_WORK INSTRUCTIONS_.
Using the records below, output the stretch that opens with the line containing "#114=AXIS2_PLACEMENT_3D('',#88,#49,#113);" and closes with the line containing "#158=ORIENTED_EDGE('',*,*,#157,.F.);", exactly and including both lines, with nothing more.

_ENTRIES PROVIDED_.
────────────────────────────────────────
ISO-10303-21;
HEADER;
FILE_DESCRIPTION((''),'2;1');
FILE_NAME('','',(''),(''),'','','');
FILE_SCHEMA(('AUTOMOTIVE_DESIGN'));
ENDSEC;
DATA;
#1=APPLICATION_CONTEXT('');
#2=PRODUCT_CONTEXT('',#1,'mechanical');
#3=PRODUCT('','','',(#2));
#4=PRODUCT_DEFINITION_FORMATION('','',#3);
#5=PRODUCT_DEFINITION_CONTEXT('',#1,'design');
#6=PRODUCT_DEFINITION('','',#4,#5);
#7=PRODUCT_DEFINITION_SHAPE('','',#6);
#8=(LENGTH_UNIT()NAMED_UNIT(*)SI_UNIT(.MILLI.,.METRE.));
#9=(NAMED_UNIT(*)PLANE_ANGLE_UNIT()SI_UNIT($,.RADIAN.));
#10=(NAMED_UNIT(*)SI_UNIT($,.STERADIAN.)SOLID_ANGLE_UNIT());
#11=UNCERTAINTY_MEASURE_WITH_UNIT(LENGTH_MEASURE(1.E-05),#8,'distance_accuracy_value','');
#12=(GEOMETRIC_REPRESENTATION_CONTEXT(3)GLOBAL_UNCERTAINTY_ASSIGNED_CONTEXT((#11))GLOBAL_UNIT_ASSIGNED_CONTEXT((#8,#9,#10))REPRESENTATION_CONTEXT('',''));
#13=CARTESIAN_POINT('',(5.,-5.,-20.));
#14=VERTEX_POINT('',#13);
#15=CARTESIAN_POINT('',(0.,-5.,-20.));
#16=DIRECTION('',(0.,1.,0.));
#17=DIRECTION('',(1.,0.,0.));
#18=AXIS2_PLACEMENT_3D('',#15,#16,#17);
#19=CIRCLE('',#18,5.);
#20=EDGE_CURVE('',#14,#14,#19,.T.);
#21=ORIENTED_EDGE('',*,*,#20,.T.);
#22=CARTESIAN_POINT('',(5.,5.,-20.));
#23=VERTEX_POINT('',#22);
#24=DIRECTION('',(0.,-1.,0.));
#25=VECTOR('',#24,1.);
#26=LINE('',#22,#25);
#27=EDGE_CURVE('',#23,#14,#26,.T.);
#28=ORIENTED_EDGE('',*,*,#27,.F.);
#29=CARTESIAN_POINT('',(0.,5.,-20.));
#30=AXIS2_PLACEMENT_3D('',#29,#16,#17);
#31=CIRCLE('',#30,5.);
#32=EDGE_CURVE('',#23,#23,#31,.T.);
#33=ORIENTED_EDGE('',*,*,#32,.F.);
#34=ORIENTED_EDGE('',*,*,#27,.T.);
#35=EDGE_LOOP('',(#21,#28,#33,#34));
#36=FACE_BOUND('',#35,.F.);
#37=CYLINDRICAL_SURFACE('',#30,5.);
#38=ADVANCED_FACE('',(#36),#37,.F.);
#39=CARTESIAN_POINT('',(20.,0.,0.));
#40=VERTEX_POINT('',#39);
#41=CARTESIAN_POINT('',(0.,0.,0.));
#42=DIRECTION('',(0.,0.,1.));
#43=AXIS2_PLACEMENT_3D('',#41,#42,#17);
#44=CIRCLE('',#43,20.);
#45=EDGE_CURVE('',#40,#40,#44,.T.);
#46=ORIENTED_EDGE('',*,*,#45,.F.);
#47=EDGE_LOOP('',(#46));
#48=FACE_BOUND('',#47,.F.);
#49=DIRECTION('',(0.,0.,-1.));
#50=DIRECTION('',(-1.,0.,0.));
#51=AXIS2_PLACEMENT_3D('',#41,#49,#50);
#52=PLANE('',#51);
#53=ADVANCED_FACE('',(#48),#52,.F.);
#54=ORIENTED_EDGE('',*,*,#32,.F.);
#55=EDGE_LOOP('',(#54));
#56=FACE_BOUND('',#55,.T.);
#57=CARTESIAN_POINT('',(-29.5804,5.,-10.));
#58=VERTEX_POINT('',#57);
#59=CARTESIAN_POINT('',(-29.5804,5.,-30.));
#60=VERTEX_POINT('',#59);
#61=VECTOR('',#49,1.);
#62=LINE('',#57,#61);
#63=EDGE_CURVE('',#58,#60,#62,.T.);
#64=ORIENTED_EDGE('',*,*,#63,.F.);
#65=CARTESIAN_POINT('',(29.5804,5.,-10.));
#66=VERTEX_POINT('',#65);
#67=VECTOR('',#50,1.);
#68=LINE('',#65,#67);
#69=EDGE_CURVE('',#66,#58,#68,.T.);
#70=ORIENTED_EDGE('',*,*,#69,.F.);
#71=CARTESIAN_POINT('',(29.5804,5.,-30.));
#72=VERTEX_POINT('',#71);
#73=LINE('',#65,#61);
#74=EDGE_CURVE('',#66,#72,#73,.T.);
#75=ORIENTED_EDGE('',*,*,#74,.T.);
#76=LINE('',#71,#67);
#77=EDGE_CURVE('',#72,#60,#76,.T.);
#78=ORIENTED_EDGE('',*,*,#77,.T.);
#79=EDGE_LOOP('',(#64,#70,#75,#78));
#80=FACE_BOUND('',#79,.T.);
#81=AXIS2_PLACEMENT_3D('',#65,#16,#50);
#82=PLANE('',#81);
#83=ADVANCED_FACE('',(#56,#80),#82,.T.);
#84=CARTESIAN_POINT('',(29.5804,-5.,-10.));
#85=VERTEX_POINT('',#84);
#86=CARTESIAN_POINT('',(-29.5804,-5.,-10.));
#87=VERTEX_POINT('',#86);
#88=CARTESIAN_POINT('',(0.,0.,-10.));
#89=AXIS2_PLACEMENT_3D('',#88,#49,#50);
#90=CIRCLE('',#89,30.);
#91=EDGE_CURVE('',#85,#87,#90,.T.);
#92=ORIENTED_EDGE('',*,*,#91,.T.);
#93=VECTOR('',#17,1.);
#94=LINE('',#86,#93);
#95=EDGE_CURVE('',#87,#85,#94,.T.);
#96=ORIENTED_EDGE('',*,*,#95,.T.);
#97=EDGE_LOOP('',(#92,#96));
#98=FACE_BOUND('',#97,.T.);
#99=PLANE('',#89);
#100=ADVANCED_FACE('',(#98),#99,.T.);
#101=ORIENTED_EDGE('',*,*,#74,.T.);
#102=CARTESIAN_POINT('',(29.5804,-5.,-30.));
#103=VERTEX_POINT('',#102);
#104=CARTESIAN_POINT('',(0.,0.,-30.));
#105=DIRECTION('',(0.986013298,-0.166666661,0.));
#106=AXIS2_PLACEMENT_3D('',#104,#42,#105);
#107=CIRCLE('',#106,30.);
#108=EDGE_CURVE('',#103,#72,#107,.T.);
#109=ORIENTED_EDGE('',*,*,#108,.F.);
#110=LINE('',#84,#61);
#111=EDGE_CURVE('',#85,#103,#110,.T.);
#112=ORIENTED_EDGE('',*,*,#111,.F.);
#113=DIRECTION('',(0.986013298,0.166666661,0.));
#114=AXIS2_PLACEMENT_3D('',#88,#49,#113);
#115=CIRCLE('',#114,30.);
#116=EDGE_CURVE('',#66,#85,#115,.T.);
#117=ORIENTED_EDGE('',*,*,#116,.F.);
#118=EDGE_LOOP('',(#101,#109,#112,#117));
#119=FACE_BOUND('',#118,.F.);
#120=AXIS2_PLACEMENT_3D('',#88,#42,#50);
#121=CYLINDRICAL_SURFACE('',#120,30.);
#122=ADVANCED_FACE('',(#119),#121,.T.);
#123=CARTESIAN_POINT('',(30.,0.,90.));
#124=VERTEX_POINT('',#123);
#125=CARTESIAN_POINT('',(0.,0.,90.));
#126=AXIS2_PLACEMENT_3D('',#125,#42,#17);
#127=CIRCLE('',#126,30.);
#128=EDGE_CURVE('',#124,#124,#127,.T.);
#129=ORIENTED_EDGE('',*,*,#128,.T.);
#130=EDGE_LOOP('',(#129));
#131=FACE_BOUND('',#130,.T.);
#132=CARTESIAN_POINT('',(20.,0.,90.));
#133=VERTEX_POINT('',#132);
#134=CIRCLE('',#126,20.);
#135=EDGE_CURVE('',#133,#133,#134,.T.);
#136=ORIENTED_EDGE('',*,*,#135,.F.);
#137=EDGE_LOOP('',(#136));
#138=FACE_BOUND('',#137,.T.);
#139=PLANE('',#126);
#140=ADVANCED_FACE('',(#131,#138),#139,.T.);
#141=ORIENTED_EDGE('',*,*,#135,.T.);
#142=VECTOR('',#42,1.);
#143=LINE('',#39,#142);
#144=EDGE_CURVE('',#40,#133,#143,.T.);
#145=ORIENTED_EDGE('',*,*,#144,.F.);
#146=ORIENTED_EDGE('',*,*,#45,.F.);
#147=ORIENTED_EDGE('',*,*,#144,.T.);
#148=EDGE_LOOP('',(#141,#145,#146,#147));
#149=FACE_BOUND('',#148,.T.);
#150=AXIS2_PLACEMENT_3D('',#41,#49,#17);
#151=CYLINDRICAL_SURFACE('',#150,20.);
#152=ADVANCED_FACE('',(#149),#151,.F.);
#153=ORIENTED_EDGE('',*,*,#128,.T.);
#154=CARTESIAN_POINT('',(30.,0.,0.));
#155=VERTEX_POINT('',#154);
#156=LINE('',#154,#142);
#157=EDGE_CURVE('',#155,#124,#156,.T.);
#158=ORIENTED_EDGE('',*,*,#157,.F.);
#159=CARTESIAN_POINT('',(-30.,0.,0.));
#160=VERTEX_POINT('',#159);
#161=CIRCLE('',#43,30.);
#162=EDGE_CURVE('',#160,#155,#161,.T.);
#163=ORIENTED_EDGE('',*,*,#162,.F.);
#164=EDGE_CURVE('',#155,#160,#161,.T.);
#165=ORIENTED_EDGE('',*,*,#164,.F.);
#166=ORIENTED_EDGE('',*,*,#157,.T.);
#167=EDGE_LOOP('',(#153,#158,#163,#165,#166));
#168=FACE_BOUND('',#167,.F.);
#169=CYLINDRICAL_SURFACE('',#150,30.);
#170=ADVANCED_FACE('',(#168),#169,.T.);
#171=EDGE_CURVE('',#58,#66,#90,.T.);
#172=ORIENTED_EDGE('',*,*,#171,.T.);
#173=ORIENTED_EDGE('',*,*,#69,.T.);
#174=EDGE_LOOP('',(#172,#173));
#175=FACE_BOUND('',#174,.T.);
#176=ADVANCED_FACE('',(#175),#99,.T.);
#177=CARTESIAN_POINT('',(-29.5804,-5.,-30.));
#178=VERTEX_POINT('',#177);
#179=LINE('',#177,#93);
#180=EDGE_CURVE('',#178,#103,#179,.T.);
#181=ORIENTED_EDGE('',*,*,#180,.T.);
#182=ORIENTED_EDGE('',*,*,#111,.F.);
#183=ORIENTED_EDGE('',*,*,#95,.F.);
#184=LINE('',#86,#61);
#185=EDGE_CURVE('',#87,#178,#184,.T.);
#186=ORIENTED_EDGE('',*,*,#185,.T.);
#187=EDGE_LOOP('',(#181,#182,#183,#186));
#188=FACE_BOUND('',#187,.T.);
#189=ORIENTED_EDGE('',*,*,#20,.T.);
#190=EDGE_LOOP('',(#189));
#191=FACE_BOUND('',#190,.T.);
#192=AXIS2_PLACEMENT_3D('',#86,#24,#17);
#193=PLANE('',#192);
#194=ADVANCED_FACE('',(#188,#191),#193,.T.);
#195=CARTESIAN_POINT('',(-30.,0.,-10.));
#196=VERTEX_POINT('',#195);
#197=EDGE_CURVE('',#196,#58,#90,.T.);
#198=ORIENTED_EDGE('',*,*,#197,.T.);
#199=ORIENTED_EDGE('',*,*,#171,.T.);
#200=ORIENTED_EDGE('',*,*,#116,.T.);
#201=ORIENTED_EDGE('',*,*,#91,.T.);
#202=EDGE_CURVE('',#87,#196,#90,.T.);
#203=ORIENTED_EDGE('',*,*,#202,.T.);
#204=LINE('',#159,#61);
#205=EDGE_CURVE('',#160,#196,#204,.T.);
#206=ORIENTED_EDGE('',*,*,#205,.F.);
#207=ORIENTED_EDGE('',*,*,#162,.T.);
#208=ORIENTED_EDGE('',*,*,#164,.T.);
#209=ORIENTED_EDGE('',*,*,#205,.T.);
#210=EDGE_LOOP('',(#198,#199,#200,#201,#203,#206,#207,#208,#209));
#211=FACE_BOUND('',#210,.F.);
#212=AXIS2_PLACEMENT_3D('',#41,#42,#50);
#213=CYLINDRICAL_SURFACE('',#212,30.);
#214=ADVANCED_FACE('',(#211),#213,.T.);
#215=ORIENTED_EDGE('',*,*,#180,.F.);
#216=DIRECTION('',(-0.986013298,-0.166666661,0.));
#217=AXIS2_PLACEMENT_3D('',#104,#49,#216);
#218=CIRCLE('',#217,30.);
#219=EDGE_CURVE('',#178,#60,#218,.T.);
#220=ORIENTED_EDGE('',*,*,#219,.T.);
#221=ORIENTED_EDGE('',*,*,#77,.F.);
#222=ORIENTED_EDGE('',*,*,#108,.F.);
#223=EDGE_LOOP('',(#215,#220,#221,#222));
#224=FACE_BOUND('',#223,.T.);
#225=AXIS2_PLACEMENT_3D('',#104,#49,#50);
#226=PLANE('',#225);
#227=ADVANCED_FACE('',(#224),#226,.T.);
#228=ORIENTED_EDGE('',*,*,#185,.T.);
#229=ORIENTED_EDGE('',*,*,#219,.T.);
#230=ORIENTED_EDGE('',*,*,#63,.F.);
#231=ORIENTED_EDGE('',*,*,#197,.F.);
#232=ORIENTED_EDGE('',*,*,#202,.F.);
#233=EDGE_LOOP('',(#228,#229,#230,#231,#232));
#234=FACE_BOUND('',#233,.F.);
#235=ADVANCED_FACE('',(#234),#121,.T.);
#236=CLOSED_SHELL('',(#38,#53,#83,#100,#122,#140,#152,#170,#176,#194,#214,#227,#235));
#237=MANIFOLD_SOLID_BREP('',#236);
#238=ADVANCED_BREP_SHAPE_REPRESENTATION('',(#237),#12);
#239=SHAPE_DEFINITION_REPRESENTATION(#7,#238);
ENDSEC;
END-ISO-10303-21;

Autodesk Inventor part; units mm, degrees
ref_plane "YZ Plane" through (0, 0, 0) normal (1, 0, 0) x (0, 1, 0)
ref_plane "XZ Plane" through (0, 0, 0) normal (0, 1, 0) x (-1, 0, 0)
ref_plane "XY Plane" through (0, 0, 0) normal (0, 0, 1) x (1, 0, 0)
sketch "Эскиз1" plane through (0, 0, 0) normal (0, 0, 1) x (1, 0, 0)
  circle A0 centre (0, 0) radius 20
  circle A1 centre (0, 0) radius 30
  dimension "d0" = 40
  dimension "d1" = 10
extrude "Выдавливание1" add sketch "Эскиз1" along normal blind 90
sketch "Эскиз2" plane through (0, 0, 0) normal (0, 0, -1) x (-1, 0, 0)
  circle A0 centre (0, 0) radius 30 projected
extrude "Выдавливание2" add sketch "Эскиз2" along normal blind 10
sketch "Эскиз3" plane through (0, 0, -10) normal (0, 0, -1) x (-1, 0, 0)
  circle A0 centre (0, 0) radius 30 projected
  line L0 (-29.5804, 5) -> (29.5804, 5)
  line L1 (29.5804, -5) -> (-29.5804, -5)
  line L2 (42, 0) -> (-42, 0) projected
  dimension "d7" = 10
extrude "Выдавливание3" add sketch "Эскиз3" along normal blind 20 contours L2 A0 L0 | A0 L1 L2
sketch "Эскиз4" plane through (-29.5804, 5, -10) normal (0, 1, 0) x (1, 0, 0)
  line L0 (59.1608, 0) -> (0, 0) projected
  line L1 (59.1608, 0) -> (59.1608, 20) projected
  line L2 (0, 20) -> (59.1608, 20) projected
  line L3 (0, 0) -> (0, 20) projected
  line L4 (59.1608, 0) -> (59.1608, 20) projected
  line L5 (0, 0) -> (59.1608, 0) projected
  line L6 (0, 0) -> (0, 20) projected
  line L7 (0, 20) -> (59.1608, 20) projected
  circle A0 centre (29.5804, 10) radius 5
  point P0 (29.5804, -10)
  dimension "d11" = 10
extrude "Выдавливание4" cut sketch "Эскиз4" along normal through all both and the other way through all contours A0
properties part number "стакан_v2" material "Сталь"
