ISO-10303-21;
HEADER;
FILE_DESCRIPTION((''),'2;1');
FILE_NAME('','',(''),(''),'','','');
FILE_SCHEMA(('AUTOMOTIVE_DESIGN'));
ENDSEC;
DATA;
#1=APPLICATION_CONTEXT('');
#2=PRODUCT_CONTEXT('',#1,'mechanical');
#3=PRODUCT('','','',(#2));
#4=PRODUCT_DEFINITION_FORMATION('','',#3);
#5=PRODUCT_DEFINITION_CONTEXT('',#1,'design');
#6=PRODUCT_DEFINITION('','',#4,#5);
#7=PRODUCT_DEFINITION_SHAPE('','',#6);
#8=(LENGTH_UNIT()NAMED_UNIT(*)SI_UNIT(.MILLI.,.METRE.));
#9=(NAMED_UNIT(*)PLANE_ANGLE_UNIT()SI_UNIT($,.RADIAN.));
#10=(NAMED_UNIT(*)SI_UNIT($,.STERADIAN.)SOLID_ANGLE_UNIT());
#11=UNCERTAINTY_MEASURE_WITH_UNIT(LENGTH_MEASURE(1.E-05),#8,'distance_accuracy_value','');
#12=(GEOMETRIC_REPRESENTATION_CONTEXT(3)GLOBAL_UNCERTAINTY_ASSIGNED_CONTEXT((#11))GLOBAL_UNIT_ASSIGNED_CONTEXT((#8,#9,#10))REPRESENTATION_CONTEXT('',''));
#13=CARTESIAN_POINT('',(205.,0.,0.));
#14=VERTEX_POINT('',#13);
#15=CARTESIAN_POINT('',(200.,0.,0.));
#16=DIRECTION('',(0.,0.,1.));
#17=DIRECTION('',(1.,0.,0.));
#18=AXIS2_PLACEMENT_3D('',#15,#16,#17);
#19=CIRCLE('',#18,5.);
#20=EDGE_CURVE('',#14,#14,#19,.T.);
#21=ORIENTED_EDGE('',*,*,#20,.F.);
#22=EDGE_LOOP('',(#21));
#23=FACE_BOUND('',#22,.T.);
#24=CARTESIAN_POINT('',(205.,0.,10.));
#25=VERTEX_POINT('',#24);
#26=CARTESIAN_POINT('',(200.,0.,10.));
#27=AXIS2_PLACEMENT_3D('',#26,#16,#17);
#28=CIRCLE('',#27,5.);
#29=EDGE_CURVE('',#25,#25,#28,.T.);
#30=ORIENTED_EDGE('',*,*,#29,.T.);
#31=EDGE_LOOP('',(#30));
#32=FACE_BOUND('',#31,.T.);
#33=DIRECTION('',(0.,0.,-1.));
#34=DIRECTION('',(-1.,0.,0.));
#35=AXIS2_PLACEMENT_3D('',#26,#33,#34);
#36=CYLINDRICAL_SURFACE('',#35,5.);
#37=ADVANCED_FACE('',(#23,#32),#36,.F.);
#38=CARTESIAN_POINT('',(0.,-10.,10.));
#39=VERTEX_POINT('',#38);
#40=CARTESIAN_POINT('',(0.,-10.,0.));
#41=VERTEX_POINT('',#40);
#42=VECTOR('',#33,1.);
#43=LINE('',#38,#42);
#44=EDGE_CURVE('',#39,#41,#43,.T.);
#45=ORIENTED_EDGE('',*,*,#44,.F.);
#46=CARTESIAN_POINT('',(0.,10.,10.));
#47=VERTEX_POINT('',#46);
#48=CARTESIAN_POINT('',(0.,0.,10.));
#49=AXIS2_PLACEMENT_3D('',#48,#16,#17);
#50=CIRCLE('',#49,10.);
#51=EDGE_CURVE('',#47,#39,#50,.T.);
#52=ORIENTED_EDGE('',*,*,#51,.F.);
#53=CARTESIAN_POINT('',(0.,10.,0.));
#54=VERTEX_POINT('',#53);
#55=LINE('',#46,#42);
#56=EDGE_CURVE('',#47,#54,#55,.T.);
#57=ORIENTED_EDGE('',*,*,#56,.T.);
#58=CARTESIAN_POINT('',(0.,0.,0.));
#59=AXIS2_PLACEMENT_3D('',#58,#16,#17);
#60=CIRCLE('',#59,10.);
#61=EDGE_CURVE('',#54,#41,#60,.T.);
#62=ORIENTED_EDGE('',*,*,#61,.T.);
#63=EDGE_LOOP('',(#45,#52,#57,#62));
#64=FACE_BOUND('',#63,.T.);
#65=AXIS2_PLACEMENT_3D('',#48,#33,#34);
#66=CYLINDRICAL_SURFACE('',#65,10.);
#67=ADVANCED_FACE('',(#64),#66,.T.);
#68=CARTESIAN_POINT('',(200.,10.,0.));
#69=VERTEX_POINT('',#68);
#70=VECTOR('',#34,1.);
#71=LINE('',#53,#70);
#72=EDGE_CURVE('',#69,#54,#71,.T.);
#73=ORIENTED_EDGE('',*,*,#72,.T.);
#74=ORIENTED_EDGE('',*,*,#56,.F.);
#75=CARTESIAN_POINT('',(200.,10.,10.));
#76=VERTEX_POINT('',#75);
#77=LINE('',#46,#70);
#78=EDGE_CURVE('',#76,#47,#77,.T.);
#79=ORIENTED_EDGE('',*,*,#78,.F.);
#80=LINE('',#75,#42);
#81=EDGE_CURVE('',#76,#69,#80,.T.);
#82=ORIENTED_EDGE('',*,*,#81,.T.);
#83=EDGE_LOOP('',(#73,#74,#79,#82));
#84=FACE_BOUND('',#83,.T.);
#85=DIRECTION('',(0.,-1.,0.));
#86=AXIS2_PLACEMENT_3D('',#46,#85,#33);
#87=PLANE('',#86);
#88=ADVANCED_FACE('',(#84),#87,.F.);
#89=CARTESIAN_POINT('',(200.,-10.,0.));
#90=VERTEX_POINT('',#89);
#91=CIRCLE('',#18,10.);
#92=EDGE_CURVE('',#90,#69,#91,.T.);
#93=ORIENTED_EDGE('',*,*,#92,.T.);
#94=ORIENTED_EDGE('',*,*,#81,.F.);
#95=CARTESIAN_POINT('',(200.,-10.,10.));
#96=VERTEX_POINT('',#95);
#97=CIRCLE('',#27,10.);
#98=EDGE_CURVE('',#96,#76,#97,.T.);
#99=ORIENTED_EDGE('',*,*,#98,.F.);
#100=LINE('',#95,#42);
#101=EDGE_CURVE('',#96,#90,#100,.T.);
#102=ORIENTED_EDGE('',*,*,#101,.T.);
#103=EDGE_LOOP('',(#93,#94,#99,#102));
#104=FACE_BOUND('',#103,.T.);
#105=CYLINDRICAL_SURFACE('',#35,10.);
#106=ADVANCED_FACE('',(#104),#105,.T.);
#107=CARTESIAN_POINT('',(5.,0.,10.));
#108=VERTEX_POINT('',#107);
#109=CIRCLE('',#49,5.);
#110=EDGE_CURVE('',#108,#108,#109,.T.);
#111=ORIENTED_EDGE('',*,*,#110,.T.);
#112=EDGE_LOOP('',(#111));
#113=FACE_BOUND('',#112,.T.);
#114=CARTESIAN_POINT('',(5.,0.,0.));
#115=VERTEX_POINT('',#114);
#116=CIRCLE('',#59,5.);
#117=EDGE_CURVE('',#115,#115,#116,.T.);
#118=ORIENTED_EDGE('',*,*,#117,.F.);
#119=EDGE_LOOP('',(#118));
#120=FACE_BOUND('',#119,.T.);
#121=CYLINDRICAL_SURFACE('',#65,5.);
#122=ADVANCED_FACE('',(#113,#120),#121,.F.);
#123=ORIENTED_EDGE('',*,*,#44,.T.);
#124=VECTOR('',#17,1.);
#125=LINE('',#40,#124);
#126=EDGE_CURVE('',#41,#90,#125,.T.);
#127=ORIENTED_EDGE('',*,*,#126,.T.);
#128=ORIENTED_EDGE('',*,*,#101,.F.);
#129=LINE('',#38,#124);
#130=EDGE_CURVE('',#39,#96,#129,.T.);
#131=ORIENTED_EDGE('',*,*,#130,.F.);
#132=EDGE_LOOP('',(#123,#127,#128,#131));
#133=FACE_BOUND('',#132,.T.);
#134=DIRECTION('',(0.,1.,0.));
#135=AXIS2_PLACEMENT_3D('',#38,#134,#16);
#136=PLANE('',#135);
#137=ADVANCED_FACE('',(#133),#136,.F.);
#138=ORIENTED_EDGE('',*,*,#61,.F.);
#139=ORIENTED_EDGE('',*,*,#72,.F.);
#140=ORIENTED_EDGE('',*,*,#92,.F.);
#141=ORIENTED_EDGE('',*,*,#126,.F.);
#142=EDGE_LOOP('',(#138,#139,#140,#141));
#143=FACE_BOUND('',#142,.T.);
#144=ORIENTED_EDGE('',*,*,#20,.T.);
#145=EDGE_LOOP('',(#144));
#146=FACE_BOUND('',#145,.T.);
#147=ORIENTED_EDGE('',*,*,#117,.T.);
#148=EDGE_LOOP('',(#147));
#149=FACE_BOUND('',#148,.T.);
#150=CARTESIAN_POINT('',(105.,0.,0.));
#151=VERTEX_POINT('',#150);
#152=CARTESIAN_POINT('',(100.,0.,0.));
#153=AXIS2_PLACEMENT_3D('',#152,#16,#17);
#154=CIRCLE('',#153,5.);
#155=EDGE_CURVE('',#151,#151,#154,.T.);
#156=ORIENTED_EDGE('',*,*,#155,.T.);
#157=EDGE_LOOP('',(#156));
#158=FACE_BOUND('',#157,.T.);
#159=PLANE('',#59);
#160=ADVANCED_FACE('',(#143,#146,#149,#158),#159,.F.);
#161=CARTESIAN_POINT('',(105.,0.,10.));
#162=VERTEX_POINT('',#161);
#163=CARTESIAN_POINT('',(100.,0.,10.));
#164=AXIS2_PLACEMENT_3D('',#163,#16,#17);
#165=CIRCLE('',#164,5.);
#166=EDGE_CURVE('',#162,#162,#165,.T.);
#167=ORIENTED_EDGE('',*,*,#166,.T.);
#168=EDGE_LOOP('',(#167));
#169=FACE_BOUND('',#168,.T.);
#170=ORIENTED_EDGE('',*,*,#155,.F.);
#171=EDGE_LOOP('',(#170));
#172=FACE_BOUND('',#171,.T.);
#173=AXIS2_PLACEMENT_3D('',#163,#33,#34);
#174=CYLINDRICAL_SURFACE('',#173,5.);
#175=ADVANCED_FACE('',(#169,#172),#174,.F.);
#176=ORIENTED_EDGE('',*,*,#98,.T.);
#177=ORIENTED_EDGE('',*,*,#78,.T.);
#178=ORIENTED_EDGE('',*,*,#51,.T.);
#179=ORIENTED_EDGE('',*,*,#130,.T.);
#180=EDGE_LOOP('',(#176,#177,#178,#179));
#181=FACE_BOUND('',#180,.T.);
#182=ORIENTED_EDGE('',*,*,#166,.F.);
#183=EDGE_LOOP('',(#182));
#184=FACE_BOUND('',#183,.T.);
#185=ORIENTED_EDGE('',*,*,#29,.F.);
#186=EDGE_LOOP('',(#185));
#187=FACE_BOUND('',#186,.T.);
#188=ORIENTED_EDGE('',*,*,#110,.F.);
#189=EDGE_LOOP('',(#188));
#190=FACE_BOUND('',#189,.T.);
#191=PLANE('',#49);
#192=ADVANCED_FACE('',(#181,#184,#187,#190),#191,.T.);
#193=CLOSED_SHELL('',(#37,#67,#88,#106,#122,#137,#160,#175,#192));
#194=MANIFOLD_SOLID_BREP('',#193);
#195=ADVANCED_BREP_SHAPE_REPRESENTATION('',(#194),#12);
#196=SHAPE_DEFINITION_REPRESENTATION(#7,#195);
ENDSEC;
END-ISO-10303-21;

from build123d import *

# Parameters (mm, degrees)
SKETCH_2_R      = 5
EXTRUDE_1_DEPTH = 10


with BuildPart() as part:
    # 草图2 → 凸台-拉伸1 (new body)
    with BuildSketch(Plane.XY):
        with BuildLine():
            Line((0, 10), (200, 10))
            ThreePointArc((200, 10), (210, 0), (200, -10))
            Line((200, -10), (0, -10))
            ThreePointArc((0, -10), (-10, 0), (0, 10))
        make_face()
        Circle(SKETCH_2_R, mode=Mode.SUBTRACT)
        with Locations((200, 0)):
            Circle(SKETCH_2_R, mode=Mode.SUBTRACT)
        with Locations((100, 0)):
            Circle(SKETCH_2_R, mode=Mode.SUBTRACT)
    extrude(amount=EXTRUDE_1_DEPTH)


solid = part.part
────────────────────────────────────────
_EXERCISE OUTPUT_.
#114=AXIS2_PLACEMENT_3D('',#88,#49,#113);
#115=CIRCLE('',#114,30.);
#116=EDGE_CURVE('',#66,#85,#115,.T.);
#117=ORIENTED_EDGE('',*,*,#116,.F.);
#118=EDGE_LOOP('',(#101,#109,#112,#117));
#119=FACE_BOUND('',#118,.F.);
#120=AXIS2_PLACEMENT_3D('',#88,#42,#50);
#121=CYLINDRICAL_SURFACE('',#120,30.);
#122=ADVANCED_FACE('',(#119),#121,.T.);
#123=CARTESIAN_POINT('',(30.,0.,90.));
#124=VERTEX_POINT('',#123);
#125=CARTESIAN_POINT('',(0.,0.,90.));
#126=AXIS2_PLACEMENT_3D('',#125,#42,#17);
#127=CIRCLE('',#126,30.);
#128=EDGE_CURVE('',#124,#124,#127,.T.);
#129=ORIENTED_EDGE('',*,*,#128,.T.);
#130=EDGE_LOOP('',(#129));
#131=FACE_BOUND('',#130,.T.);
#132=CARTESIAN_POINT('',(20.,0.,90.));
#133=VERTEX_POINT('',#132);
#134=CIRCLE('',#126,20.);
#135=EDGE_CURVE('',#133,#133,#134,.T.);
#136=ORIENTED_EDGE('',*,*,#135,.F.);
#137=EDGE_LOOP('',(#136));
#138=FACE_BOUND('',#137,.T.);
#139=PLANE('',#126);
#140=ADVANCED_FACE('',(#131,#138),#139,.T.);
#141=ORIENTED_EDGE('',*,*,#135,.T.);
#142=VECTOR('',#42,1.);
#143=LINE('',#39,#142);
#144=EDGE_CURVE('',#40,#133,#143,.T.);
#145=ORIENTED_EDGE('',*,*,#144,.F.);
#146=ORIENTED_EDGE('',*,*,#45,.F.);
#147=ORIENTED_EDGE('',*,*,#144,.T.);
#148=EDGE_LOOP('',(#141,#145,#146,#147));
#149=FACE_BOUND('',#148,.T.);
#150=AXIS2_PLACEMENT_3D('',#41,#49,#17);
#151=CYLINDRICAL_SURFACE('',#150,20.);
#152=ADVANCED_FACE('',(#149),#151,.F.);
#153=ORIENTED_EDGE('',*,*,#128,.T.);
#154=CARTESIAN_POINT('',(30.,0.,0.));
#155=VERTEX_POINT('',#154);
#156=LINE('',#154,#142);
#157=EDGE_CURVE('',#155,#124,#156,.T.);
#158=ORIENTED_EDGE('',*,*,#157,.F.);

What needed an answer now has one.